Ait Benhaddou
TIME : 2016/2/22 12:04:05
Ait Benhaddou
Home to some of Morocco’s best preserved Kasbahs, the UNESCO-World Heritage listed city of Aït Benhaddou once occupied a prominent position on the trans-Saharan trade route and is now one of the country’s most famous attractions. Sculpted from traditional mud bricks, the town is a striking sight, perched on the edge of the High Atlas Mountains and fortified by walls of dark red pisé.
The highlight of the city is the Telouet Kasbah, once the lavish 20th-century home of notorious Thami el Glaoui, ‘the Lord of the Atlas’, who was both a pasha of Marrakech and the chief of the Berber Glaoua tribe, and famously conspired to overthrow Sultan Mohammed V. Since his death in 1956, Aït Benhaddou fell into ruin, but traces of its former glory linger on in the immaculately restored buildings, the magnificent hilltop Granary and the elaborate Mausoleum of Benhaddou.
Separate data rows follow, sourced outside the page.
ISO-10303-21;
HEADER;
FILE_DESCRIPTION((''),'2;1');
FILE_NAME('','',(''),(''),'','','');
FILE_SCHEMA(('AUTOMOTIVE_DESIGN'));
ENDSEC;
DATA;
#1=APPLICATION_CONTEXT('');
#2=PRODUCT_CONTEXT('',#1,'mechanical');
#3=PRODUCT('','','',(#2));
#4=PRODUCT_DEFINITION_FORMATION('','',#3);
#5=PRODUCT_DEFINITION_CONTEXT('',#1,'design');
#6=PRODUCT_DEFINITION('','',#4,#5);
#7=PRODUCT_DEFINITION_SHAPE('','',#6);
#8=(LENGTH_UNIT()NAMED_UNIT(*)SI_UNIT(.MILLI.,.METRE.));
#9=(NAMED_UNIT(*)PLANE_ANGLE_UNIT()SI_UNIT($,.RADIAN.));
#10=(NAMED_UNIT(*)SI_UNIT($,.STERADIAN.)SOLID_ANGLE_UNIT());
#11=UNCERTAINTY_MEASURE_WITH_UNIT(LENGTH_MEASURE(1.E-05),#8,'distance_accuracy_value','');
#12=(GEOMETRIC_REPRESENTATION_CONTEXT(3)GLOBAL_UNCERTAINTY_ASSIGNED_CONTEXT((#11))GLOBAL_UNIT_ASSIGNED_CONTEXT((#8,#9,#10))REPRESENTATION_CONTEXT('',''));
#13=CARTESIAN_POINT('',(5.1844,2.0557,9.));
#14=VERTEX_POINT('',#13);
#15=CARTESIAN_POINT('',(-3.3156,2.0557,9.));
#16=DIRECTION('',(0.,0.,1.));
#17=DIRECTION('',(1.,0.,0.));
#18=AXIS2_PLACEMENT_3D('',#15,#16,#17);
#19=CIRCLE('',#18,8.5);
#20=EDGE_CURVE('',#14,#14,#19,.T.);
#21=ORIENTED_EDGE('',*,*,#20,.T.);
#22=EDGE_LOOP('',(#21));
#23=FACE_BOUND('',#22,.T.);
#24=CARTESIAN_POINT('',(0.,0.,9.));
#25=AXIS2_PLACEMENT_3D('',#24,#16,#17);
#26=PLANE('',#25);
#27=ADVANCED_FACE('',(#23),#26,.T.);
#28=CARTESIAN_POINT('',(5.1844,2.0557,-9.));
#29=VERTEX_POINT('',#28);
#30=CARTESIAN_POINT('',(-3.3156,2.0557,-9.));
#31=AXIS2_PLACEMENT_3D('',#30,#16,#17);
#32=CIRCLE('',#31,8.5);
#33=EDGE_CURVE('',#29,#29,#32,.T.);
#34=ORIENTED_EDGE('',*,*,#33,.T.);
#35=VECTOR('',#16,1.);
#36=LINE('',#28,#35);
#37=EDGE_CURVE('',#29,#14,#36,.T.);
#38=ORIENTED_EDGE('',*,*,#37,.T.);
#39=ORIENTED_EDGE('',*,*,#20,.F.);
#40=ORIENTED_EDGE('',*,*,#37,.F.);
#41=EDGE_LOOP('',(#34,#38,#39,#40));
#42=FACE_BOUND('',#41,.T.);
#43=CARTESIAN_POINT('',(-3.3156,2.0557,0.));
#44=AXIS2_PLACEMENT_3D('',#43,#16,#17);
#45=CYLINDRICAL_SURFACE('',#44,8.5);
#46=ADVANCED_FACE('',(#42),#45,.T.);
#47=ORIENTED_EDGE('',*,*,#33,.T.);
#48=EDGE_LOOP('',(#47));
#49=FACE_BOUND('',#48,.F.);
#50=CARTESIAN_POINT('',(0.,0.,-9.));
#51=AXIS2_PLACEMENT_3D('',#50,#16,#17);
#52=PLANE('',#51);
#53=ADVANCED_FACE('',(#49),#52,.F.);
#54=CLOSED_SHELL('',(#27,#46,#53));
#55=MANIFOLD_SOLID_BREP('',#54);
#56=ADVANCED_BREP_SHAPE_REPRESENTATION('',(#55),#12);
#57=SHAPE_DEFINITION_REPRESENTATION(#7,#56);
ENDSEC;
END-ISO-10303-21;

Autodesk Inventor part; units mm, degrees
ref_plane "YZ Plane" through (0, 0, 0) normal (1, 0, 0) x (0, 1, 0)
ref_plane "XZ Plane" through (0, 0, 0) normal (0, 1, 0) x (-1, 0, 0)
ref_plane "XY Plane" through (0, 0, 0) normal (0, 0, 1) x (1, 0, 0)
sketch "Sketch1" plane through (0, 0, 0) normal (0, 0, 1) x (1, 0, 0)
  circle A0 centre (-3.3156, 2.0557) radius 8.5
  dimension "d0" = 17
  dimension "d0" = 17
extrude "Extrusion1" add sketch "Sketch1" against normal mid plane 18
properties part number "WeldExer_sleeve"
As well as making a popular side trip for those visiting the Sahara from Marrakech, Aït Benhaddou also boasts an impressive resume of film credits, serving as a set location for a number of international movies. The city’s dramatic edifice and mountain backdrop has graced the big screen in films like Lawrence of Arabia, Gladiator, Jesus of Nazareth and Babel, and was most recently used as a filming location for HBO’s fantasy series Game of Thrones.